WHAT IS EXPECTED: These records must be written out again exactly.
━━━━
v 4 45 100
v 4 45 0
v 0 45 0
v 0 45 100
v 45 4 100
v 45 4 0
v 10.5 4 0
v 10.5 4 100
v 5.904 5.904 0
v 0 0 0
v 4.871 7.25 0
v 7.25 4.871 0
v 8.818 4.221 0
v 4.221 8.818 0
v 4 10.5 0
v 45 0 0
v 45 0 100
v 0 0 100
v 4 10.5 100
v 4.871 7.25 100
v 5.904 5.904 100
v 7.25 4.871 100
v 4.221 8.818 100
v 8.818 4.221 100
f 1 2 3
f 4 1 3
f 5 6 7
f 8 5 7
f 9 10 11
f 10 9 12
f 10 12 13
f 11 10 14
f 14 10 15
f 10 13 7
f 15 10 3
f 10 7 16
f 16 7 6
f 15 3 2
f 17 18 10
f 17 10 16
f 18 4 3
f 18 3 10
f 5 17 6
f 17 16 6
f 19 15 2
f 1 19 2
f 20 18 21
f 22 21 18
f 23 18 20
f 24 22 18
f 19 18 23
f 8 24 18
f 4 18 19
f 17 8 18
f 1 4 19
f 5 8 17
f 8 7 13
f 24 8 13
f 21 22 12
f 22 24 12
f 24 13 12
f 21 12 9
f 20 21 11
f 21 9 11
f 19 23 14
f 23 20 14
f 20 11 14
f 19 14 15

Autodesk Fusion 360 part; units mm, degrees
sketch "スケッチ1" plane through (0, 0, 0) normal (0, 0, 1) x (1, 0, 0)
  line L0 (0, 45) -> (0, 0)
  line L1 (4, 10.5) -> (4, 45)
  line L2 (45, 4) -> (10.5, 4)
  line L3 (0, 0) -> (45, 0)
  arc A0 (4, 10.5) -> (10.5, 4) centre (10.5, 10.5) ccw
  line L4 (45, 0) -> (45, 4)
  line L5 (4, 45) -> (0, 45)
extrude "押し出し1" add sketch "スケッチ1" along normal blind 100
━━━━
SOLUTION TO THIS PROBLEM:
v 4 45 100
v 4 45 0
v 0 45 0
v 0 45 100
v 45 4 100
v 45 4 0
v 10.5 4 0
v 10.5 4 100
v 5.904 5.904 0
v 0 0 0
v 4.871 7.25 0
v 7.25 4.871 0
v 8.818 4.221 0
v 4.221 8.818 0
v 4 10.5 0
v 45 0 0
v 45 0 100
v 0 0 100
v 4 10.5 100
v 4.871 7.25 100
v 5.904 5.904 100
v 7.25 4.871 100
v 4.221 8.818 100
v 8.818 4.221 100
f 1 2 3
f 4 1 3
f 5 6 7
f 8 5 7
f 9 10 11
f 10 9 12
f 10 12 13
f 11 10 14
f 14 10 15
f 10 13 7
f 15 10 3
f 10 7 16
f 16 7 6
f 15 3 2
f 17 18 10
f 17 10 16
f 18 4 3
f 18 3 10
f 5 17 6
f 17 16 6
f 19 15 2
f 1 19 2
f 20 18 21
f 22 21 18
f 23 18 20
f 24 22 18
f 19 18 23
f 8 24 18
f 4 18 19
f 17 8 18
f 1 4 19
f 5 8 17
f 8 7 13
f 24 8 13
f 21 22 12
f 22 24 12
f 24 13 12
f 21 12 9
f 20 21 11
f 21 9 11
f 19 23 14
f 23 20 14
f 20 11 14
f 19 14 15

Autodesk Fusion 360 part; units mm, degrees
sketch "スケッチ1" plane through (0, 0, 0) normal (0, 0, 1) x (1, 0, 0)
  line L0 (0, 45) -> (0, 0)
  line L1 (4, 10.5) -> (4, 45)
  line L2 (45, 4) -> (10.5, 4)
  line L3 (0, 0) -> (45, 0)
  arc A0 (4, 10.5) -> (10.5, 4) centre (10.5, 10.5) ccw
  line L4 (45, 0) -> (45, 4)
  line L5 (4, 45) -> (0, 45)
extrude "押し出し1" add sketch "スケッチ1" along normal blind 100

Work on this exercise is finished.